**WORK TASK**
Look through the records below for the line with "f 344 555 556" and the line with "translate(v = [-15.0000000000, 0.0000000000, -100.0000000000])", then return those lines and all lines between, exactly.

**EXTRACTED ENTRIES**
=-=-=-=-=

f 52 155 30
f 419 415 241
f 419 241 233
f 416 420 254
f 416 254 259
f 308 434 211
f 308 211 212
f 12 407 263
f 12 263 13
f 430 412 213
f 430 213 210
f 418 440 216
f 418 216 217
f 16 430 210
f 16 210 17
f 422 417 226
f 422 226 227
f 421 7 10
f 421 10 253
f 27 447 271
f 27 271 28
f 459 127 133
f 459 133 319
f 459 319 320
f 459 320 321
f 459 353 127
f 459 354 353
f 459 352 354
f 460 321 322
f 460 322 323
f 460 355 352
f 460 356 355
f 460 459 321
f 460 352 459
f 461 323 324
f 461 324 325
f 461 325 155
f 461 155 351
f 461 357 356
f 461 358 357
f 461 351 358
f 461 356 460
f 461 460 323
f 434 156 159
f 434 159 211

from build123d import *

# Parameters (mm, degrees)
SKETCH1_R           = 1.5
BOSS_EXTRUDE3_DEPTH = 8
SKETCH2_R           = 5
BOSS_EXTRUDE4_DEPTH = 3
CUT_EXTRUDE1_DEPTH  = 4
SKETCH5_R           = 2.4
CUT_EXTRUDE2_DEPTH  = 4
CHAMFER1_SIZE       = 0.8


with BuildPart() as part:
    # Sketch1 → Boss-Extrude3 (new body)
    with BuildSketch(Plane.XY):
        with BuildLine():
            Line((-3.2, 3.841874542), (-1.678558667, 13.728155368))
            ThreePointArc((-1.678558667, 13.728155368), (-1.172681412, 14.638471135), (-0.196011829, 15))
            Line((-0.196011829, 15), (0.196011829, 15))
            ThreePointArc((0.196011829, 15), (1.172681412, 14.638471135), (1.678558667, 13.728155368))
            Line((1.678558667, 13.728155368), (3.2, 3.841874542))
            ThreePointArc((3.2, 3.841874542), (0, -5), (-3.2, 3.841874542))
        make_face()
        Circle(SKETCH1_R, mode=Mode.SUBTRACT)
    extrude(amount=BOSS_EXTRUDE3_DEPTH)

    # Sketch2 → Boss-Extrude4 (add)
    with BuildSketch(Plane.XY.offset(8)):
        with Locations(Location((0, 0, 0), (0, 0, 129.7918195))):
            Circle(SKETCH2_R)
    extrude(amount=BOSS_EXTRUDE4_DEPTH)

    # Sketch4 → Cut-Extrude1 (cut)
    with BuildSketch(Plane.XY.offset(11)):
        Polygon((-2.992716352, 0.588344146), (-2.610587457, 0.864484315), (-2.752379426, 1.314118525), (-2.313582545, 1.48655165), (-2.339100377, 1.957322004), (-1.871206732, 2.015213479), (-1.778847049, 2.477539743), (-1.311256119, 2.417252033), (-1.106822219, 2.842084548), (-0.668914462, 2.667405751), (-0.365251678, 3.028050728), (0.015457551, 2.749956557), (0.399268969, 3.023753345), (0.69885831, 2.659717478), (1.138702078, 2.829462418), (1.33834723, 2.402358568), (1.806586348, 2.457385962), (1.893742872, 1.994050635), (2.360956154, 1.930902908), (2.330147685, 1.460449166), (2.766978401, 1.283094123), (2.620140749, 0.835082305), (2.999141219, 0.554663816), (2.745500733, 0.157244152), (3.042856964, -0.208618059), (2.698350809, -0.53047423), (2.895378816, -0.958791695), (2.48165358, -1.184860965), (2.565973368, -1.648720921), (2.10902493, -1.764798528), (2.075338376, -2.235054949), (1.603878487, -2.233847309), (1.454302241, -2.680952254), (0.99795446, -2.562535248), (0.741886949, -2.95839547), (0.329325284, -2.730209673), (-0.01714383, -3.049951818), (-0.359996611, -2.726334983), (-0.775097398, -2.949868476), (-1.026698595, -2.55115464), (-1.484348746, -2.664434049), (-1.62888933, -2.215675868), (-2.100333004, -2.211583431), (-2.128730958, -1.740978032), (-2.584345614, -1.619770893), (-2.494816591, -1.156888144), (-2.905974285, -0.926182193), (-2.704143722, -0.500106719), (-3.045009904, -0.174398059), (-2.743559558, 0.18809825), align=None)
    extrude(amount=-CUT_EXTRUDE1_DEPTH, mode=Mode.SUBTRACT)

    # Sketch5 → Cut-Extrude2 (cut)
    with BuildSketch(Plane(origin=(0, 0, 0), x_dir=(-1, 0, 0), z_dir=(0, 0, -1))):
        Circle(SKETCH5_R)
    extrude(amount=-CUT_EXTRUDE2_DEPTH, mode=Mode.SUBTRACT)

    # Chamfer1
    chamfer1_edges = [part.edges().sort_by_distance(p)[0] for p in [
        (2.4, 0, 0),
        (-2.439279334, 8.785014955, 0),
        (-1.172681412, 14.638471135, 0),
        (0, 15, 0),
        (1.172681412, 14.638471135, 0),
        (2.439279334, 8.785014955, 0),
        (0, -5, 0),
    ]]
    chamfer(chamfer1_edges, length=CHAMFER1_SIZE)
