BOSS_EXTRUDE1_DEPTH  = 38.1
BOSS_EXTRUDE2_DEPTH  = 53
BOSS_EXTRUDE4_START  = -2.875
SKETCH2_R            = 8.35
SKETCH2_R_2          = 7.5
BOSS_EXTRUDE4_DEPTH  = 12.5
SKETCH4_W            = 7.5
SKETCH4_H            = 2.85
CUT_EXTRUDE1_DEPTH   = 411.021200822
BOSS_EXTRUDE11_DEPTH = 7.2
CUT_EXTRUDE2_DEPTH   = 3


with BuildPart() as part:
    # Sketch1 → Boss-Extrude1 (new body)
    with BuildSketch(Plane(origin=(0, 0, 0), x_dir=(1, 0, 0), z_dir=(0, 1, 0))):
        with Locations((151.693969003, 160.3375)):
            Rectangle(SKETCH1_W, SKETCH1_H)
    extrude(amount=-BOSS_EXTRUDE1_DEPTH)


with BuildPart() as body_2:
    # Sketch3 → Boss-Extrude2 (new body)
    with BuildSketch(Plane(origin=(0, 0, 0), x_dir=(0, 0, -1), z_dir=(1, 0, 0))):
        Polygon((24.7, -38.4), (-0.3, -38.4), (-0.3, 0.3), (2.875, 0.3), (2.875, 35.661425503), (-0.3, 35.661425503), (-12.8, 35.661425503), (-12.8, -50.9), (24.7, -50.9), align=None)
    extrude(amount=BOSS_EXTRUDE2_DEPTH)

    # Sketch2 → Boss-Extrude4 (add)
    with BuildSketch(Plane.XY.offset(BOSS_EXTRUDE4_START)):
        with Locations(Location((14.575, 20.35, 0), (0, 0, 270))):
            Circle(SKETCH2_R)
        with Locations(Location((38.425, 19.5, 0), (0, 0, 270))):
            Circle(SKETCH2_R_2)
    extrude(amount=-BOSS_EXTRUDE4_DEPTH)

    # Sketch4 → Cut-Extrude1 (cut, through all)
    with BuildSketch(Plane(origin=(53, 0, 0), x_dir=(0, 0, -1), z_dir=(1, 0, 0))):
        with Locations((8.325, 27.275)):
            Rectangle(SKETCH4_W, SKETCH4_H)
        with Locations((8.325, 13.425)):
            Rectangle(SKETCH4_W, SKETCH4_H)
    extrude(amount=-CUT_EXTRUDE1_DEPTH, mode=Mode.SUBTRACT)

=-=-=-=-=

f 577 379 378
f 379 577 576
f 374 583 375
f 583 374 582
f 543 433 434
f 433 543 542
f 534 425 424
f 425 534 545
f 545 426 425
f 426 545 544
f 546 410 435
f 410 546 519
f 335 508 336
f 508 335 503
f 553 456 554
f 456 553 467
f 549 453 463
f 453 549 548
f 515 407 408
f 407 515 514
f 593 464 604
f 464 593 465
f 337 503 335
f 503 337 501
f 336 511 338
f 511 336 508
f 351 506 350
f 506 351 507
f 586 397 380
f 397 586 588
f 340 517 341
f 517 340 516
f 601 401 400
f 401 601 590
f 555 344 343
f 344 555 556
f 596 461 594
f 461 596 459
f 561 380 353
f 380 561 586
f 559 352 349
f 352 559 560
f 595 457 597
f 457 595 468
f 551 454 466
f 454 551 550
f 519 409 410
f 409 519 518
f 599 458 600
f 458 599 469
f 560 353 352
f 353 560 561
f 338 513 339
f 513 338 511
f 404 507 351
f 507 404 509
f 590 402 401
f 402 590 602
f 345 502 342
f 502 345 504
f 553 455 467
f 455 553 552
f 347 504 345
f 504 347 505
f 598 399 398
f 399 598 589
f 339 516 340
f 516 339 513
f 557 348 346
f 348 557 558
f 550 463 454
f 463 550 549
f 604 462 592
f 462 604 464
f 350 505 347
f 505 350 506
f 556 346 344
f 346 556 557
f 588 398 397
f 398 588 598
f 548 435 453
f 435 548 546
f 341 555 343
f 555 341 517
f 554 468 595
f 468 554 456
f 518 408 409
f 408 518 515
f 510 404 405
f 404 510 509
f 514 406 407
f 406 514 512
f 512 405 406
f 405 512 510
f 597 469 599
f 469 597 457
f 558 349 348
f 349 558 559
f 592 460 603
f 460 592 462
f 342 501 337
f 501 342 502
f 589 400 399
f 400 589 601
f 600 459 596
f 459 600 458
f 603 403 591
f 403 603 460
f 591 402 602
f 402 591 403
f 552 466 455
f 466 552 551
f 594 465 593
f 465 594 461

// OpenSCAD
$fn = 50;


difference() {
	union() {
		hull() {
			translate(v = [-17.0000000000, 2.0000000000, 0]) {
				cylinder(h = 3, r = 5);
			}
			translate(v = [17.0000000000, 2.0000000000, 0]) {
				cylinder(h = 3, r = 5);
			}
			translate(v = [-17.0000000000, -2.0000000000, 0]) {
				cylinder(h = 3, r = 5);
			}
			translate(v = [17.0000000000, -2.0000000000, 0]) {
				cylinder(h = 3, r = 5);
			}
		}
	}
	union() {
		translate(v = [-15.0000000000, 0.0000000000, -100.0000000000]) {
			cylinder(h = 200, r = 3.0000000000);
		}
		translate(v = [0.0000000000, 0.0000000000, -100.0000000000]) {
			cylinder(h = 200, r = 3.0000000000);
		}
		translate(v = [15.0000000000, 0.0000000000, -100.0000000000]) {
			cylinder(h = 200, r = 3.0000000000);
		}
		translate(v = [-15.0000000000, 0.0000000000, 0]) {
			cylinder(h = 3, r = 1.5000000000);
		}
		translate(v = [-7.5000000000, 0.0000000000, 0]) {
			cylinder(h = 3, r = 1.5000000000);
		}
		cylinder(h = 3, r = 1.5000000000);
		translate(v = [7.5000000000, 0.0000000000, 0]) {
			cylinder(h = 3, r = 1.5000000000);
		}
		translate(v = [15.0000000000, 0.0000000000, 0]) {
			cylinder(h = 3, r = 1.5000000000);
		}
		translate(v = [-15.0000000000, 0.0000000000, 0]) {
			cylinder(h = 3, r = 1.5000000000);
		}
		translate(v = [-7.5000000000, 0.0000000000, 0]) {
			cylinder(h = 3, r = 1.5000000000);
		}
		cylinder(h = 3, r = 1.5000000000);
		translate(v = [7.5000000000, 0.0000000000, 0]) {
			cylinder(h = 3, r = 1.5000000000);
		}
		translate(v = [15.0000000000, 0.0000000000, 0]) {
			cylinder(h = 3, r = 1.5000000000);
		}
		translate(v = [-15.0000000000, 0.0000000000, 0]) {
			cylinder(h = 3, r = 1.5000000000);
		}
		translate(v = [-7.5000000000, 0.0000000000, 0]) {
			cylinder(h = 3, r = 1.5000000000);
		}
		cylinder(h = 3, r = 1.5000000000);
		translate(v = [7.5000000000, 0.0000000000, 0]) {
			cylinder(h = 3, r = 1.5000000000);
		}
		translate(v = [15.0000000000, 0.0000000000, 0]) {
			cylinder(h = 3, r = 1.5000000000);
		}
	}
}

=-=-=-=-=

**EXERCISE RESULT**
f 344 555 556
f 596 461 594
f 461 596 459
f 561 380 353
f 380 561 586
f 559 352 349
f 352 559 560
f 595 457 597
f 457 595 468
f 551 454 466
f 454 551 550
f 519 409 410
f 409 519 518
f 599 458 600
f 458 599 469
f 560 353 352
f 353 560 561
f 338 513 339
f 513 338 511
f 404 507 351
f 507 404 509
f 590 402 401
f 402 590 602
f 345 502 342
f 502 345 504
f 553 455 467
f 455 553 552
f 347 504 345
f 504 347 505
f 598 399 398
f 399 598 589
f 339 516 340
f 516 339 513
f 557 348 346
f 348 557 558
f 550 463 454
f 463 550 549
f 604 462 592
f 462 604 464
f 350 505 347
f 505 350 506
f 556 346 344
f 346 556 557
f 588 398 397
f 398 588 598
f 548 435 453
f 435 548 546
f 341 555 343
f 555 341 517
f 554 468 595
f 468 554 456
f 518 408 409
f 408 518 515
f 510 404 405
f 404 510 509
f 514 406 407
f 406 514 512
f 512 405 406
f 405 512 510
f 597 469 599
f 469 597 457
f 558 349 348
f 349 558 559
f 592 460 603
f 460 592 462
f 342 501 337
f 501 342 502
f 589 400 399
f 400 589 601
f 600 459 596
f 459 600 458
f 603 403 591
f 403 603 460
f 591 402 602
f 402 591 403
f 552 466 455
f 466 552 551
f 594 465 593
f 465 594 461

// OpenSCAD
$fn = 50;


difference() {
	union() {
		hull() {
			translate(v = [-17.0000000000, 2.0000000000, 0]) {
				cylinder(h = 3, r = 5);
			}
			translate(v = [17.0000000000, 2.0000000000, 0]) {
				cylinder(h = 3, r = 5);
			}
			translate(v = [-17.0000000000, -2.0000000000, 0]) {
				cylinder(h = 3, r = 5);
			}
			translate(v = [17.0000000000, -2.0000000000, 0]) {
				cylinder(h = 3, r = 5);
			}
		}
	}
	union() {
		translate(v = [-15.0000000000, 0.0000000000, -100.0000000000]) {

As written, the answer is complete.